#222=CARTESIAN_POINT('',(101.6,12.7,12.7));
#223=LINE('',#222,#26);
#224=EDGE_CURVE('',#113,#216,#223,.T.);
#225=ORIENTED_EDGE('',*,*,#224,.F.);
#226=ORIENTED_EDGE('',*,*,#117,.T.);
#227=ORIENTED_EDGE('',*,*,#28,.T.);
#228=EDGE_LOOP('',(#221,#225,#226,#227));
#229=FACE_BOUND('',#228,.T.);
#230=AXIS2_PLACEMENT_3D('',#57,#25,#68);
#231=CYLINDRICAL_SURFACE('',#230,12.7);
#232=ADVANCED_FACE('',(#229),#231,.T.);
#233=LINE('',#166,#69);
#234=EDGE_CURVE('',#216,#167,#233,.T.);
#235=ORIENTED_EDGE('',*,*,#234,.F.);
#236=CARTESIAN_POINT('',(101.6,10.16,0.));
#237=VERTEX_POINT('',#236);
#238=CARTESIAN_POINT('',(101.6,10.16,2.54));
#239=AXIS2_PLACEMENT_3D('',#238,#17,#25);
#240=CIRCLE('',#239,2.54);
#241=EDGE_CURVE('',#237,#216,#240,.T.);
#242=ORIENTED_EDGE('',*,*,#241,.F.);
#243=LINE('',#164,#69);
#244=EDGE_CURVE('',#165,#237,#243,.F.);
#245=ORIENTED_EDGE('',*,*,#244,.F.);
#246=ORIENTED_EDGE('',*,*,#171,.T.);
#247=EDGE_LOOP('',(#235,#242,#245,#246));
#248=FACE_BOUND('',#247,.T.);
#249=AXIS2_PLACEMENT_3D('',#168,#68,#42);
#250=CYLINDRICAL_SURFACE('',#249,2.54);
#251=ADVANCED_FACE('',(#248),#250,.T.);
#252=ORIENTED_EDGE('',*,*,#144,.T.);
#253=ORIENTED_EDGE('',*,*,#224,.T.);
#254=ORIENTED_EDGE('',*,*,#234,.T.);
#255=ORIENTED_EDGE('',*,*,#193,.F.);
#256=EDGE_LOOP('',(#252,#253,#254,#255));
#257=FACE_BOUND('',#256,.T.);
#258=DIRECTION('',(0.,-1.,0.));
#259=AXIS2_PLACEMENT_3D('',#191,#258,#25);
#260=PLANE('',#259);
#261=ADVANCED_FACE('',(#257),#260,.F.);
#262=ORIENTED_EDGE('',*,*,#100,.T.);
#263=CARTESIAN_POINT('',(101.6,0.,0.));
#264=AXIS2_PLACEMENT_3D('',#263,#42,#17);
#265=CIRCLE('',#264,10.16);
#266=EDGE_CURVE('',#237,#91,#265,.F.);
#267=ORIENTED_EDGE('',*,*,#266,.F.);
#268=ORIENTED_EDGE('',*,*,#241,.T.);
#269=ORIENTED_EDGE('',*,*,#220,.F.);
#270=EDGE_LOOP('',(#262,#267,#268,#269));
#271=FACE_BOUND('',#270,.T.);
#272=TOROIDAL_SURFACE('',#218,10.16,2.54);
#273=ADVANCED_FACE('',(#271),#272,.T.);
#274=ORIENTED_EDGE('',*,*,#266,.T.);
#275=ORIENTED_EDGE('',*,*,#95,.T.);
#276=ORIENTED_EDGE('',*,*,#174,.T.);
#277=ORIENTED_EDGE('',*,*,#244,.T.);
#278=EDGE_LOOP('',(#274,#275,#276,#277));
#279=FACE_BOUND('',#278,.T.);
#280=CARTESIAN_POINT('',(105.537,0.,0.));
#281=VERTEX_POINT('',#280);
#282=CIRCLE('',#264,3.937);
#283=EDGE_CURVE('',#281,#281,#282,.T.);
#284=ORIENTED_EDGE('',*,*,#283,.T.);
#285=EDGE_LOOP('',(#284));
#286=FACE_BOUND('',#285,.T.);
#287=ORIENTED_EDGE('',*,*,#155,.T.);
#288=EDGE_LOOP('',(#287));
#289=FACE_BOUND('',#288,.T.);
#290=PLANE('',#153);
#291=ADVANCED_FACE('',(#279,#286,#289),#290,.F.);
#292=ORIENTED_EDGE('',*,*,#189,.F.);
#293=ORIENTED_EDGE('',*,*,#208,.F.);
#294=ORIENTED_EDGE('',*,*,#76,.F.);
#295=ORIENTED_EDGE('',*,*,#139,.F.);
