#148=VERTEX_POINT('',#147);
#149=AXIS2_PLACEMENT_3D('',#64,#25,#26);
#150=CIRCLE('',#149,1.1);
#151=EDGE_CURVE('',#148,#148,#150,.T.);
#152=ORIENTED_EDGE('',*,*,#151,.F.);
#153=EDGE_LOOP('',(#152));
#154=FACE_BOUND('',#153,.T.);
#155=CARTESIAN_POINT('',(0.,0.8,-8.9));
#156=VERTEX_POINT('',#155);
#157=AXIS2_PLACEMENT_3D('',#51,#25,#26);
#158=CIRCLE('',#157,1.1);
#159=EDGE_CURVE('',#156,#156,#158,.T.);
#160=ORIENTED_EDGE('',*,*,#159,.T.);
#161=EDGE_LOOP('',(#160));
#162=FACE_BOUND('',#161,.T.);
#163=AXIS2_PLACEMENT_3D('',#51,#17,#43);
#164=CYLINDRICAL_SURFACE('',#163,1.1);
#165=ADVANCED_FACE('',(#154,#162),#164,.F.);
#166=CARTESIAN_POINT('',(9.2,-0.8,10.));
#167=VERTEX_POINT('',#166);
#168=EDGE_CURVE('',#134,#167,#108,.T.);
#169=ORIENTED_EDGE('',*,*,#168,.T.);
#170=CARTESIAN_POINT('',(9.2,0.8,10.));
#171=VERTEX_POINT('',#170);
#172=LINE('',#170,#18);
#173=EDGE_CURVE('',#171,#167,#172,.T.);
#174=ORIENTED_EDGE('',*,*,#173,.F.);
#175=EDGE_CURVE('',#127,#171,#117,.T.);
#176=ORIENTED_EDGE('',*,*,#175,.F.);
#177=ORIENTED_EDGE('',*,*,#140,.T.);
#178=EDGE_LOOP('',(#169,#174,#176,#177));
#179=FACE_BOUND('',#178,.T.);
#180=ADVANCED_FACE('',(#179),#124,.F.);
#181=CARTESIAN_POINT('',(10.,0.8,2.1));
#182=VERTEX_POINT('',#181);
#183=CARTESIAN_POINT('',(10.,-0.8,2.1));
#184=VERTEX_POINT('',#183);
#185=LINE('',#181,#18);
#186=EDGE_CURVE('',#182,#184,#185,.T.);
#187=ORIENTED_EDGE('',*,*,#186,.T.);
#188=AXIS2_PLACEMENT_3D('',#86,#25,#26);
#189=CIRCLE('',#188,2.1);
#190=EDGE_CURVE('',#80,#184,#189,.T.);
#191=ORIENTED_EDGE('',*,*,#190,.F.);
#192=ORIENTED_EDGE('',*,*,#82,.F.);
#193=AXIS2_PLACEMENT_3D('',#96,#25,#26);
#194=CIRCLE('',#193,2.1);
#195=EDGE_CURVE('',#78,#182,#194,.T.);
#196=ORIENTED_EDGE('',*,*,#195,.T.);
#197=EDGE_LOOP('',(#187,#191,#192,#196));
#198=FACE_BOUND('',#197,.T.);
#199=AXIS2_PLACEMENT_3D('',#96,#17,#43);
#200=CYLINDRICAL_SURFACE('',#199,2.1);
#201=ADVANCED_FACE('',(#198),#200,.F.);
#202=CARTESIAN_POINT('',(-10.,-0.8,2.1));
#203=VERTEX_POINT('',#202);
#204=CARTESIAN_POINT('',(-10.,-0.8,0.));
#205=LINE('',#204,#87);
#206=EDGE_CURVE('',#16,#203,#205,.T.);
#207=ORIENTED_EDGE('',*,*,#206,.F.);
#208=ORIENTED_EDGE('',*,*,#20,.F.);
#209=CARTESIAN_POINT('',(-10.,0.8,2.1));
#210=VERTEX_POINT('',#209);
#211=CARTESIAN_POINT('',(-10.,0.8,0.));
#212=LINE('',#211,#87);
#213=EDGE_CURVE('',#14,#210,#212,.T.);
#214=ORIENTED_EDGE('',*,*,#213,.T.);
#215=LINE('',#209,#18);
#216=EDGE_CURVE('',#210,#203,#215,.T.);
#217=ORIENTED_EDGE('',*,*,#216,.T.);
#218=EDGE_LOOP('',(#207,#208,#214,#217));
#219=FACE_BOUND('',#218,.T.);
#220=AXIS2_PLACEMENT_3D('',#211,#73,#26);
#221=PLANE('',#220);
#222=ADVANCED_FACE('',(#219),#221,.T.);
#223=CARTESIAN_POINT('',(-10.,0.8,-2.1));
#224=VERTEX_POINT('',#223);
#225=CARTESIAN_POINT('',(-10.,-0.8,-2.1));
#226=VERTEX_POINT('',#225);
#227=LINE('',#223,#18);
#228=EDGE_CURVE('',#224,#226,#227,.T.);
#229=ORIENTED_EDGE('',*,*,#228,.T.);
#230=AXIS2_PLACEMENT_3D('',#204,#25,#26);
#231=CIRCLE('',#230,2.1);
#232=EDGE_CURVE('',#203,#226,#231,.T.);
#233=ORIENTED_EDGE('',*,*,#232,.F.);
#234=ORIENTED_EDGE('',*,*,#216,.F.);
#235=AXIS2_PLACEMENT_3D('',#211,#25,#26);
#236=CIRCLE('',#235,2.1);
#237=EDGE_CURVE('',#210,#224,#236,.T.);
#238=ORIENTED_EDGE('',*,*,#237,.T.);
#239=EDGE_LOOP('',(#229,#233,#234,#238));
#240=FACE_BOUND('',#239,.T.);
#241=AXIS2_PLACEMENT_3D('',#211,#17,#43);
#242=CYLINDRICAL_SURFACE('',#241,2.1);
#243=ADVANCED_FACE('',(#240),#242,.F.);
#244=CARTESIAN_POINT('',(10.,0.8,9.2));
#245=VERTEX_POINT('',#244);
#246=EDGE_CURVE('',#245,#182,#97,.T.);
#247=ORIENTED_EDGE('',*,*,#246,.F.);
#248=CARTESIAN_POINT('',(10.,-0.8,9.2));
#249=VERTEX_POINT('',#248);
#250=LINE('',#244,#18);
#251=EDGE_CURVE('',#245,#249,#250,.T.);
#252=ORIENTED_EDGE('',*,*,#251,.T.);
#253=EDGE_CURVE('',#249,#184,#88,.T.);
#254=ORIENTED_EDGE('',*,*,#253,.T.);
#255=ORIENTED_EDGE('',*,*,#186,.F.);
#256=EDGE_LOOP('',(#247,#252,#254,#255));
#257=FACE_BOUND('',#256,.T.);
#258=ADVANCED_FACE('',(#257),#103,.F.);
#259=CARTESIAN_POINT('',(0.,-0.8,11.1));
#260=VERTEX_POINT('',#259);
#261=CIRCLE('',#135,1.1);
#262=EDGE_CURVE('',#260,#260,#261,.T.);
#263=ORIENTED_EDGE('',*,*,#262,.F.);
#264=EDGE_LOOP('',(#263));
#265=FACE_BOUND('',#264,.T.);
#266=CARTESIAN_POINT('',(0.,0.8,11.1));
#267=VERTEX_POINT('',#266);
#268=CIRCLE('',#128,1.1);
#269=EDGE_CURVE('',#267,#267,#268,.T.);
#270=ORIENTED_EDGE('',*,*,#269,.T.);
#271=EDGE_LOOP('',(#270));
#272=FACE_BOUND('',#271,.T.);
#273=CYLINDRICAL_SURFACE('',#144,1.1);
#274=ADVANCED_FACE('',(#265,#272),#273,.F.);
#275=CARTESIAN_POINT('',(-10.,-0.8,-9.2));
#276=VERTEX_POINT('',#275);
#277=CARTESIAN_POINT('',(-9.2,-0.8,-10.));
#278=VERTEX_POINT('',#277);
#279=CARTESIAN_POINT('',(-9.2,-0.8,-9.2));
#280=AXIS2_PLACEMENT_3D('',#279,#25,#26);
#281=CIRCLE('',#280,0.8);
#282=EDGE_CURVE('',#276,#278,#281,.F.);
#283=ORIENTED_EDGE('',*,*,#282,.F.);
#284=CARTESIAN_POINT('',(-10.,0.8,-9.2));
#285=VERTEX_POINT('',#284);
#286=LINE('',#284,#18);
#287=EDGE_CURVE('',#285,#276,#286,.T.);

**Exercise details**
Taking the lines above, repeat exactly those from the line that contains "#190=EDGE_CURVE('',#80,#184,#189,.T.);" through the line that contains "#197=EDGE_LOOP('',(#187,#191,#192,#196));", and both of those lines as well. Include nothing else.

**Output for this exercise**
#190=EDGE_CURVE('',#80,#184,#189,.T.);
#191=ORIENTED_EDGE('',*,*,#190,.F.);
#192=ORIENTED_EDGE('',*,*,#82,.F.);
#193=AXIS2_PLACEMENT_3D('',#96,#25,#26);
#194=CIRCLE('',#193,2.1);
#195=EDGE_CURVE('',#78,#182,#194,.T.);
#196=ORIENTED_EDGE('',*,*,#195,.T.);
#197=EDGE_LOOP('',(#187,#191,#192,#196));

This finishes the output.